Uma nova etapa está presente no Evangelho segundo João,
quando Cristo declara, durante o seu encontro com a mulher Samaritana, que
"chegou a hora, e agora é quando os verdadeiros adoradores adorarão o Pai
em espírito e verdade" (João 4,23).
Isso não significa que, à luz do Evangelho, não se deveria ter algum culto
público ou edifício sagrado. O Senhor não disse que não deveriam ter lugares de
culto na Nova Aliança; ao mesmo tempo, na profecia sobre a destruição do
Templo, Ele não afirma que nunca mais deva existir edifícios construídos em
honra de Deus, mas sim que não deve existir somente um lugar exclusivo.
O próprio Cristo, seu corpo vivo, ressuscitado e
glorificado, é o novo templo onde Deus habita e onde acontece o seu culto
universal "em espírito e verdade" (cf. J. Ratzinger, Introduzione allo spirito della liturgia, San
Paolo, Cinisello Balsamo 2001, pp. 39-40). Como São Paulo escreve: "É em
Cristo que habita corporalmente toda a plenitude da divindade e vocês têm nele
parte da sua plenitude” (Cl 2,9-10).
Por participação, por força do Batismo, também o corpo do cristão se torna
templo de Deus (1Cor 3,16-17;
6,19; Ef 2,22). Usando
uma frase muito querida por Santo Agostinho, Christus
Totus, o Cristo inteiro é o verdadeiro lugar de culto cristão, isto
é, Cristo como Cabeça e os cristãos como membros do seu Corpo Místico. Os fiéis
que se reúnem num mesmo lugar para o culto divino são as "pedras
vivas", colocadas juntas “para a construção de um edifício espiritual” (1Pd 2,4-5). De fato, é significativo que a
palavra que antes indicava a ação do reunir-se dos cristãos, ou seja ekklesia - Igreja -, tenha passado a
indicar o mesmo lugar onde acontece a reunião. O Catecismo da Igreja Católica insiste no
fato de que as igrejas (como edifícios) "não são simples lugares de
reunião, mas significam e manifestam a Igreja que vive naquele lugar, lar de
Deus com os homens reconciliados e unidos em Cristo” (n. 1180).

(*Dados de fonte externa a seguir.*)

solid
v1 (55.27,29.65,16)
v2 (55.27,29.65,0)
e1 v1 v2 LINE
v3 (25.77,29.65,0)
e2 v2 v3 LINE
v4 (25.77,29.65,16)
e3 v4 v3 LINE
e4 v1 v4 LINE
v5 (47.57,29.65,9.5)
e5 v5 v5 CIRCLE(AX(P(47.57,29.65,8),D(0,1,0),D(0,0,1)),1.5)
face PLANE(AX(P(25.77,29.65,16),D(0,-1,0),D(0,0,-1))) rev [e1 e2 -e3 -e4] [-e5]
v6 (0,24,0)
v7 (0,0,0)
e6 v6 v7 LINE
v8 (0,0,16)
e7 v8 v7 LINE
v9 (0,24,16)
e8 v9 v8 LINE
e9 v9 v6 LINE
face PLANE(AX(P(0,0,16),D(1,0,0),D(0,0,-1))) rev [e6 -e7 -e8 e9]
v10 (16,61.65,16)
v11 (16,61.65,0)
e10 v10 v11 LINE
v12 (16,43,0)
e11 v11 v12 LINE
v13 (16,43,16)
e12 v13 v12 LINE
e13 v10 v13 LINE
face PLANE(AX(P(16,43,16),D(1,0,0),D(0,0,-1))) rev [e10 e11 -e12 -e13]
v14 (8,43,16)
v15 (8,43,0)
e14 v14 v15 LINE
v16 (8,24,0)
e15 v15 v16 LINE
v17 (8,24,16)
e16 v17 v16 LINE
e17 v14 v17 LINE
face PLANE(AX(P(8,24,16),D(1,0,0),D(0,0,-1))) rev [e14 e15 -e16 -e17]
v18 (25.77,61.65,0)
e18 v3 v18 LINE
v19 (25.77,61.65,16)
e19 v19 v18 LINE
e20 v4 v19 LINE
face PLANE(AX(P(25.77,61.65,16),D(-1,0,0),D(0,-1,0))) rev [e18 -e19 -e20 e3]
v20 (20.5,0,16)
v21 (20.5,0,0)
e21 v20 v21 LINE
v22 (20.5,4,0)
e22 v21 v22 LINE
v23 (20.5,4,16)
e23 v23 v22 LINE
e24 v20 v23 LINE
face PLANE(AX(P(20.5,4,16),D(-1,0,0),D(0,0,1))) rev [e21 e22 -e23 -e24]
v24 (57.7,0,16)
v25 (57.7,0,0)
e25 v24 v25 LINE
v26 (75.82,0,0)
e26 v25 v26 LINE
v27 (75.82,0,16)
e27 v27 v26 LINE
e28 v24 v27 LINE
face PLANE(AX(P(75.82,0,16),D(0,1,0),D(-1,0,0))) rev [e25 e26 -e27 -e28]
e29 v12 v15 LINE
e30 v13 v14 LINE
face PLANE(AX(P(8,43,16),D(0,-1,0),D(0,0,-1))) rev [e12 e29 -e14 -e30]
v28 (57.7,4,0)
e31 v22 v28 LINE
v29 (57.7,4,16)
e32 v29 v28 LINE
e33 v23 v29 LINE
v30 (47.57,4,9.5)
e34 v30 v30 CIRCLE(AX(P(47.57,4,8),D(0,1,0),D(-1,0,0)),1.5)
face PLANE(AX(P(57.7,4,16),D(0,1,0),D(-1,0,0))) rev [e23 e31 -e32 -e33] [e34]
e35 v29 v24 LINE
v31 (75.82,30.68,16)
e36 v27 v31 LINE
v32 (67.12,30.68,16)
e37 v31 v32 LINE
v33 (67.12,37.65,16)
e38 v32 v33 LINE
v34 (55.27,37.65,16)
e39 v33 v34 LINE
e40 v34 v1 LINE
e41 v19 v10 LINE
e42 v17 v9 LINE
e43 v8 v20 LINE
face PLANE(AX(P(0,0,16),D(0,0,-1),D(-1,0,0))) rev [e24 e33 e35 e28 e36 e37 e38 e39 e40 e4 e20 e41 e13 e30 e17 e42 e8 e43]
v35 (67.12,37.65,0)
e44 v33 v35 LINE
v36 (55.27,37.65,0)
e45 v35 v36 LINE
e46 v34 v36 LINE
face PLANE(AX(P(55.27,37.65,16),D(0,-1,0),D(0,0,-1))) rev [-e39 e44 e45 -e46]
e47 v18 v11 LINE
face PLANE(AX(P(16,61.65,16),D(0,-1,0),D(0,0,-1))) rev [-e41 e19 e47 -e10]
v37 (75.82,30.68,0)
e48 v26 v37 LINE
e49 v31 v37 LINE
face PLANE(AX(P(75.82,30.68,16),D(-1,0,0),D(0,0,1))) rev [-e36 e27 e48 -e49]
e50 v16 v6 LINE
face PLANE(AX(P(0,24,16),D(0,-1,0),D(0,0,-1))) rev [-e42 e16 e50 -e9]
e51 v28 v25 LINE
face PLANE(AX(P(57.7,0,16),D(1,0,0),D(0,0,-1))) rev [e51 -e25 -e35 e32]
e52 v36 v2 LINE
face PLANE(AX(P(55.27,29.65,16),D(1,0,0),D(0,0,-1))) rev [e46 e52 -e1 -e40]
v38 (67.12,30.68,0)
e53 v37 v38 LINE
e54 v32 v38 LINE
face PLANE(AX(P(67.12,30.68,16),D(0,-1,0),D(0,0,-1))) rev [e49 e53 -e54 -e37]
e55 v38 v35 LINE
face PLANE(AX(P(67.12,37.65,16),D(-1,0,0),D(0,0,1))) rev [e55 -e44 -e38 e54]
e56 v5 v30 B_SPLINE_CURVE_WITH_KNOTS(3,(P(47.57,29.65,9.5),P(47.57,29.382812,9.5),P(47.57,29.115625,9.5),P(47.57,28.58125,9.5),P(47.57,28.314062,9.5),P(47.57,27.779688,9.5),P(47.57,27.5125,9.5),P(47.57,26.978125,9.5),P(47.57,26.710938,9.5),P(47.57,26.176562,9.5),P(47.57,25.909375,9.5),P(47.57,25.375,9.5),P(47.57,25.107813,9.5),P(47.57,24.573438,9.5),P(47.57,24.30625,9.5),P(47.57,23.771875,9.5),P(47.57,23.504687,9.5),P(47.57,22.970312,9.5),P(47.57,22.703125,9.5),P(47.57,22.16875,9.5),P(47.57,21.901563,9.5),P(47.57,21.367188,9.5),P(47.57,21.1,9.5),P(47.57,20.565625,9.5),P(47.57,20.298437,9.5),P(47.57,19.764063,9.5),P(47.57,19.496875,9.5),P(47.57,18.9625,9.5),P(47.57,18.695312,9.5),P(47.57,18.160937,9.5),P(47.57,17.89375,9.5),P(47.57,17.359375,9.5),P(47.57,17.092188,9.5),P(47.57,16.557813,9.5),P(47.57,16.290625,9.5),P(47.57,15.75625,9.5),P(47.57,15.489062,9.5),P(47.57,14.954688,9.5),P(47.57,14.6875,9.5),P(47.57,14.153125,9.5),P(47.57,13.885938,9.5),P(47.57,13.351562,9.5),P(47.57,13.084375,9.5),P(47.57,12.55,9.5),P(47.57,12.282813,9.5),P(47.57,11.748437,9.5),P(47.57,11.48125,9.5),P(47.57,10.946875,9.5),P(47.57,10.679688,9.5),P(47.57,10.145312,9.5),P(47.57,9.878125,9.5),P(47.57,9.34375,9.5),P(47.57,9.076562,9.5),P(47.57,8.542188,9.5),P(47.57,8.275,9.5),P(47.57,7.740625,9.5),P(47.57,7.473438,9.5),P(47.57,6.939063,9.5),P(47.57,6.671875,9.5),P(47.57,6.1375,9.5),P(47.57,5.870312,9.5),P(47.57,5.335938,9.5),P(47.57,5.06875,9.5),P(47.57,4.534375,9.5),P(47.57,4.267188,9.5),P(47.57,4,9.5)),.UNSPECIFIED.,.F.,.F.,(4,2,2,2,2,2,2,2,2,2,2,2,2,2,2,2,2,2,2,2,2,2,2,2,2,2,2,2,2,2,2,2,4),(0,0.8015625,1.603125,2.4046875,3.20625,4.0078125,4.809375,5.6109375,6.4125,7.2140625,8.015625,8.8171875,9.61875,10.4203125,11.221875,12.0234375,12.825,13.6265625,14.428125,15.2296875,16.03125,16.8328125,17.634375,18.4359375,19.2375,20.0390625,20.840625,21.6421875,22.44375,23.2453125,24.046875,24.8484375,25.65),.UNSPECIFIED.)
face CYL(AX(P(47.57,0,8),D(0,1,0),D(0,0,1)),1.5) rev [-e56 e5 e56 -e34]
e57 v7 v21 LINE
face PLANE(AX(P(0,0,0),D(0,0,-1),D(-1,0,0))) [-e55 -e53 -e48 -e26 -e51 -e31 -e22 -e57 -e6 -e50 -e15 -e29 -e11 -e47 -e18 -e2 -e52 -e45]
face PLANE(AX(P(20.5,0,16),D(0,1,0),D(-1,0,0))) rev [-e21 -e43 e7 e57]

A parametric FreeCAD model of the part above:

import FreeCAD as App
import Part
import Sketcher

V = App.Vector
Q = App.Units.Quantity

doc = App.newDocument("Part")
body = doc.addObject("PartDesign::Body", "Body")

# Sketch on XY plane
sketch1 = body.newObject("Sketcher::SketchObject", "Sketch")
sketch1.AttachmentSupport = (doc.getObject("XY_Plane"), [""])
sketch1.MapMode = "FlatFace"
sketch1.addGeometry([
    Part.LineSegment(V(0, 24, 0), V(0, 0, 0)),  # 0
    Part.LineSegment(V(0, 0, 0), V(20.5, 0, 0)),  # 1
    Part.LineSegment(V(20.5, 0, 0), V(20.5, 4, 0)),  # 2
    Part.LineSegment(V(20.5, 4, 0), V(57.7, 4, 0)),  # 3
    Part.LineSegment(V(57.7, 4, 0), V(57.7, 0, 0)),  # 4
    Part.LineSegment(V(57.7, 0, 0), V(75.8, 0, 0)),  # 5
    Part.LineSegment(V(75.8, 0, 0), V(75.8, 30.7, 0)),  # 6
    Part.LineSegment(V(75.8, 30.7, 0), V(67.1, 30.7, 0)),  # 7
    Part.LineSegment(V(67.1, 30.7, 0), V(67.1, 37.6, 0)),  # 8
    Part.LineSegment(V(67.1, 37.6, 0), V(55.3, 37.6, 0)),  # 9
    Part.LineSegment(V(55.3, 37.6, 0), V(55.3, 29.6, 0)),  # 10
    Part.LineSegment(V(55.3, 29.6, 0), V(25.8, 29.6, 0)),  # 11
    Part.LineSegment(V(25.8, 29.6, 0), V(25.8, 61.6, 0)),  # 12
    Part.LineSegment(V(25.8, 61.6, 0), V(16, 61.6, 0)),  # 13
    Part.LineSegment(V(16, 61.6, 0), V(16, 43, 0)),  # 14
    Part.LineSegment(V(16, 43, 0), V(8, 43, 0)),  # 15
    Part.LineSegment(V(8, 43, 0), V(8, 24, 0)),  # 16
    Part.LineSegment(V(8, 24, 0), V(0, 24, 0)),  # 17
], False)
sketch1.addConstraint([
    Sketcher.Constraint("Coincident", 0, 2, 1, 1),
    Sketcher.Constraint("Coincident", 1, 2, 2, 1),
    Sketcher.Constraint("Coincident", 2, 2, 3, 1),
    Sketcher.Constraint("Coincident", 3, 2, 4, 1),
    Sketcher.Constraint("Coincident", 4, 2, 5, 1),
    Sketcher.Constraint("Coincident", 5, 2, 6, 1),
    Sketcher.Constraint("Coincident", 6, 2, 7, 1),
    Sketcher.Constraint("Coincident", 7, 2, 8, 1),
    Sketcher.Constraint("Coincident", 8, 2, 9, 1),
    Sketcher.Constraint("Coincident", 9, 2, 10, 1),
    Sketcher.Constraint("Coincident", 10, 2, 11, 1),
    Sketcher.Constraint("Coincident", 11, 2, 12, 1),
    Sketcher.Constraint("Coincident", 12, 2, 13, 1),
    Sketcher.Constraint("Coincident", 13, 2, 14, 1),
    Sketcher.Constraint("Coincident", 14, 2, 15, 1),
    Sketcher.Constraint("Coincident", 15, 2, 16, 1),
    Sketcher.Constraint("Coincident", 16, 2, 17, 1),
    Sketcher.Constraint("Coincident", 17, 2, 0, 1),
    Sketcher.Constraint("Vertical", 0),
    Sketcher.Constraint("Horizontal", 1),
    Sketcher.Constraint("Vertical", 2),
    Sketcher.Constraint("Horizontal", 3),
    Sketcher.Constraint("Vertical", 4),
    Sketcher.Constraint("Horizontal", 5),
    Sketcher.Constraint("Vertical", 6),
    Sketcher.Constraint("Horizontal", 7),
    Sketcher.Constraint("Vertical", 8),
    Sketcher.Constraint("Horizontal", 9),
    Sketcher.Constraint("Vertical", 10),
    Sketcher.Constraint("Horizontal", 11),
    Sketcher.Constraint("Vertical", 12),
    Sketcher.Constraint("Horizontal", 13),
    Sketcher.Constraint("Vertical", 14),
    Sketcher.Constraint("Horizontal", 15),
    Sketcher.Constraint("Vertical", 16),
    Sketcher.Constraint("Horizontal", 17),
    Sketcher.Constraint("Coincident", 0, 2, -1, 1),
    Sketcher.Constraint("PointOnObject", 4, 2, -1),
    Sketcher.Constraint("Equal", 15, 17),
    Sketcher.Constraint("Equal", 17, 10),
    Sketcher.Constraint("DistanceX", 15, 2, 15, 1, Q("8 mm")),
    Sketcher.Constraint("DistanceY", 0, 2, 0, 1, Q("24 mm")),
    Sketcher.Constraint("DistanceY", 2, 1, 2, 2, Q("4 mm")),
    Sketcher.Constraint("DistanceY", 12, 1, 12, 2, Q("32 mm")),
    Sketcher.Constraint("DistanceY", 16, 2, 16, 1, Q("19 mm")),
    Sketcher.Constraint("DistanceX", 1, 1, 1, 2, Q("20.5 mm")),
    Sketcher.Constraint("DistanceX", 3, 1, 3, 2, Q("37.2 mm")),
    Sketcher.Constraint("DistanceX", 7, 2, 7, 1, Q("8.7 mm")),
    Sketcher.Constraint("DistanceX", 11, 2, 11, 1, Q("29.5 mm")),
    Sketcher.Constraint("DistanceX", 5, 1, 5, 2, Q("18.12 mm")),
    Sketcher.Constraint("DistanceX", 9, 2, 9, 1, Q("11.85 mm")),
    Sketcher.Constraint("DistanceY", 6, 1, 6, 2, Q("30.68 mm")),
    Sketcher.Constraint("DistanceY", 8, 1, 8, 2, Q("6.97 mm")),
])
pad1 = body.newObject("PartDesign::Pad", "Pad")
pad1.Profile = sketch1
pad1.Length = 16

# Sketch on XZ plane
sketch2 = body.newObject("Sketcher::SketchObject", "Sketch001")
sketch2.AttachmentSupport = (doc.getObject("XZ_Plane"), [""])
sketch2.MapMode = "FlatFace"
sketch2.AttachmentOffset = App.Placement(V(0, 0, -29.65), App.Rotation())
sketch2.addGeometry(Part.Circle(V(47.6, 8, 0), V(0, 0, 1), 1.5), False)
sketch2.addConstraint([
    Sketcher.Constraint("Diameter", 0, Q("3 mm")),
    Sketcher.Constraint("DistanceY", -1, 1, 0, 3, Q("8 mm")),
    Sketcher.Constraint("DistanceX", -1, 1, 0, 3, Q("47.57 mm")),
])
pocket1 = body.newObject("PartDesign::Pocket", "Pocket")
pocket1.Profile = sketch2
pocket1.Type = "ThroughAll"
pocket1.Reversed = True

doc.recompute()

Em época paleo-cristã, forma típica do edifício igreja foi a
basílica com grande nave central retangular, que termina num ábside
semicircular. Tal tipo de edifício correspondia às exigência da liturgia cristã
e, ao mesmo tempo, deixava grande liberdade aos contrutores, para a escolha dos
elementos arquitetônicos e artísticos. A basílica exprime também uma orientação
axial, que abre a assembleia para as dimensões transcendente e escatológica da
ação litúrgica. Na tradição latina, a disposição do espaço litúrgico com a
orientação axial permaneceu como norma e se acha que também hoje seja a melhor
forma, porque exprime o dinamismo de uma comunidade a caminho do Senhor.
Como afirma Bento XVI, "a natureza do templo cristão
define-se pela mesma ação litúrgica” (Sacramentum
Caritatis, n. 41). Por esta razão, também o projeto das alfaias
sacras (altar, tabernáculo, sede, ambão, batistério, lugar da penitência) não
pode apenas seguir critérios funcionais. A arquitetura e a arte não são
elementos extrínsecos à liturgia e nem sequer têm uma função meramente
decorativa. Por isso, o compromisso de construir ou adequar as igrejas deve
estar permeado do Espírito e das normas da liturgia da Igreja, ou seja
daquela lex orandi que
exprime a lex credendi, e disso
nasce a grande responsabilidade seja dos que projetam seja dos que encomendam.